• [Required action]: Transcribe the listing below from its opening line up to and including the line that contains "f 266 264 300"; reproduce nothing else.

• [Dataset extract]:
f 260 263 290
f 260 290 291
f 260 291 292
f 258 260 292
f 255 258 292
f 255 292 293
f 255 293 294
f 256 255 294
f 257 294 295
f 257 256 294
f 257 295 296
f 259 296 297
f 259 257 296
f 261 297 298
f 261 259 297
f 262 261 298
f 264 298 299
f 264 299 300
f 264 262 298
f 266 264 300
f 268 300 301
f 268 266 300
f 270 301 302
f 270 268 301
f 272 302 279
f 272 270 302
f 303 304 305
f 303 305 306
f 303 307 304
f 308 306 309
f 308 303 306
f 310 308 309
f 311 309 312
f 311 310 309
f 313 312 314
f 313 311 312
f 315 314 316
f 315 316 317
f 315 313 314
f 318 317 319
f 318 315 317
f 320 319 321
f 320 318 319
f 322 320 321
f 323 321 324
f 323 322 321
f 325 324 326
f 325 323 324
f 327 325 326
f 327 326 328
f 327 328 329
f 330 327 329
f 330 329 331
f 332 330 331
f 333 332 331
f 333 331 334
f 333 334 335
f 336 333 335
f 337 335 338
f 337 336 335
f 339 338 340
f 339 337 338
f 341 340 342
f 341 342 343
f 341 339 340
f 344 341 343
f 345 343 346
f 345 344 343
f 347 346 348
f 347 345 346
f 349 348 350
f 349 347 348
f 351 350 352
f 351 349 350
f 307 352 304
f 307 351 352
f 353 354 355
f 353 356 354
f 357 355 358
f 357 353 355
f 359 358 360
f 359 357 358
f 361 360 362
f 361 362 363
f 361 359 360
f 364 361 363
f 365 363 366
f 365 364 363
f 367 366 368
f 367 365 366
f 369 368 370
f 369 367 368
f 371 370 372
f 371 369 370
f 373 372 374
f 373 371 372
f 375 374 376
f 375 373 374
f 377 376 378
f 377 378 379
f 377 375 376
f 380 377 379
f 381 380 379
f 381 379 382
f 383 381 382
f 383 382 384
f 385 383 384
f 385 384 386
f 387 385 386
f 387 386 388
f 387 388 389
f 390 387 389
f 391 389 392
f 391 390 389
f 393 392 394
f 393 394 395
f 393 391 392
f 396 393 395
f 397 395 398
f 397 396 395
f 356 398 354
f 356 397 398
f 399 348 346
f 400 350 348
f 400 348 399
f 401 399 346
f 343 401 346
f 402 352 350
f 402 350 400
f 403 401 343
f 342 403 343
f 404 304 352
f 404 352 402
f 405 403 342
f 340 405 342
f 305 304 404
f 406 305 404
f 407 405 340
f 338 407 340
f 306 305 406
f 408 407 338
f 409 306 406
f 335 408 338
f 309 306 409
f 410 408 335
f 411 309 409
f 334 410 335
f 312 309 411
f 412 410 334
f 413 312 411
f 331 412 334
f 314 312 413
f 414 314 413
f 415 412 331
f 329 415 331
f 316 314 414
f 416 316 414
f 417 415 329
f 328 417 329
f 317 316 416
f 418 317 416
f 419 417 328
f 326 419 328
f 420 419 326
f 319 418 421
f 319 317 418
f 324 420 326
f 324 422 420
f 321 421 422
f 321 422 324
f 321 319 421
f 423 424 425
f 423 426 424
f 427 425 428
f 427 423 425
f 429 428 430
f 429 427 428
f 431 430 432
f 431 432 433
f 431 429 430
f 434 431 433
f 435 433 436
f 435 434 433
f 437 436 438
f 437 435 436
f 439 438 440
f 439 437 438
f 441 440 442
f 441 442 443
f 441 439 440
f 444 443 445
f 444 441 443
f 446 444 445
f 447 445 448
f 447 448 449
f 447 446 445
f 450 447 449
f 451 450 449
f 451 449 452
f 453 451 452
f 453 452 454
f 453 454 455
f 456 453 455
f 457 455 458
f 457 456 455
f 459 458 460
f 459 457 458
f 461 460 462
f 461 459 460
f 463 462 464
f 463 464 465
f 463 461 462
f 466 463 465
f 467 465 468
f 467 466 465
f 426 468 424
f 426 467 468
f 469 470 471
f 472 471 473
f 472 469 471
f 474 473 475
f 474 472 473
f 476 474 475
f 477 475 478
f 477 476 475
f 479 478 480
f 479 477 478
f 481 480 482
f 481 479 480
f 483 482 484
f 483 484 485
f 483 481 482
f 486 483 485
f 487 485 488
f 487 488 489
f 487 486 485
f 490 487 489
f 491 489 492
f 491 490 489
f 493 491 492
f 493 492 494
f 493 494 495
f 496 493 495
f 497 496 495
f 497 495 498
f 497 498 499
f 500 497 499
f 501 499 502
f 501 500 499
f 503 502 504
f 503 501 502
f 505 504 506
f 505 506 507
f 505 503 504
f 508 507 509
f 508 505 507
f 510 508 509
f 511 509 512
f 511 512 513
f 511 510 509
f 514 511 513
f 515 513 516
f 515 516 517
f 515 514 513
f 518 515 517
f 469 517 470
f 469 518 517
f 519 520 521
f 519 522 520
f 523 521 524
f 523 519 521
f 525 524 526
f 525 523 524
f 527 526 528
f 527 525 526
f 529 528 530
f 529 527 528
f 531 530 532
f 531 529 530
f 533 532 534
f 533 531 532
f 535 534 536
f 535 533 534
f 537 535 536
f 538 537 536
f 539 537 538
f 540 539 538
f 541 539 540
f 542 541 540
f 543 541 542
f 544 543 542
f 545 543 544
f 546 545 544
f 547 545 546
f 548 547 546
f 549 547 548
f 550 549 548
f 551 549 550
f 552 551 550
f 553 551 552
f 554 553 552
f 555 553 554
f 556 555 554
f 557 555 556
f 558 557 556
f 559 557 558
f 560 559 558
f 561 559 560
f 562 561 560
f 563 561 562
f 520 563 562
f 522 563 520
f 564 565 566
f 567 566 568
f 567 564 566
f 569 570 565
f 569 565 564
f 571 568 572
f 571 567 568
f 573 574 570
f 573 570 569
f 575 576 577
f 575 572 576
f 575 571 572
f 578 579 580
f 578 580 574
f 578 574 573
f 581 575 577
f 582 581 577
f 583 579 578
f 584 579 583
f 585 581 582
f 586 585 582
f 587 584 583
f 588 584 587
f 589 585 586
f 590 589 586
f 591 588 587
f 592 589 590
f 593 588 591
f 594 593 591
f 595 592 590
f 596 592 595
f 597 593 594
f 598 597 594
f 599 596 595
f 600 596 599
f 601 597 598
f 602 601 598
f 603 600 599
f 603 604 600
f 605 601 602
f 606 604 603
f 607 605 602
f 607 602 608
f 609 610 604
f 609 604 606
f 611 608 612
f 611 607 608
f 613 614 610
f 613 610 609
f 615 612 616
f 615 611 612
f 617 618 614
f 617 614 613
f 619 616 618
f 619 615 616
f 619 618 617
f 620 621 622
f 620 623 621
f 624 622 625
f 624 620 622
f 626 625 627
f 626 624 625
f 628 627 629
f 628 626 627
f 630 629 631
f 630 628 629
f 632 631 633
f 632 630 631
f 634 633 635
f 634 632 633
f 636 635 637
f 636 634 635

• [Result for this exercise]:
f 260 263 290
f 260 290 291
f 260 291 292
f 258 260 292
f 255 258 292
f 255 292 293
f 255 293 294
f 256 255 294
f 257 294 295
f 257 256 294
f 257 295 296
f 259 296 297
f 259 257 296
f 261 297 298
f 261 259 297
f 262 261 298
f 264 298 299
f 264 299 300
f 264 262 298
f 266 264 300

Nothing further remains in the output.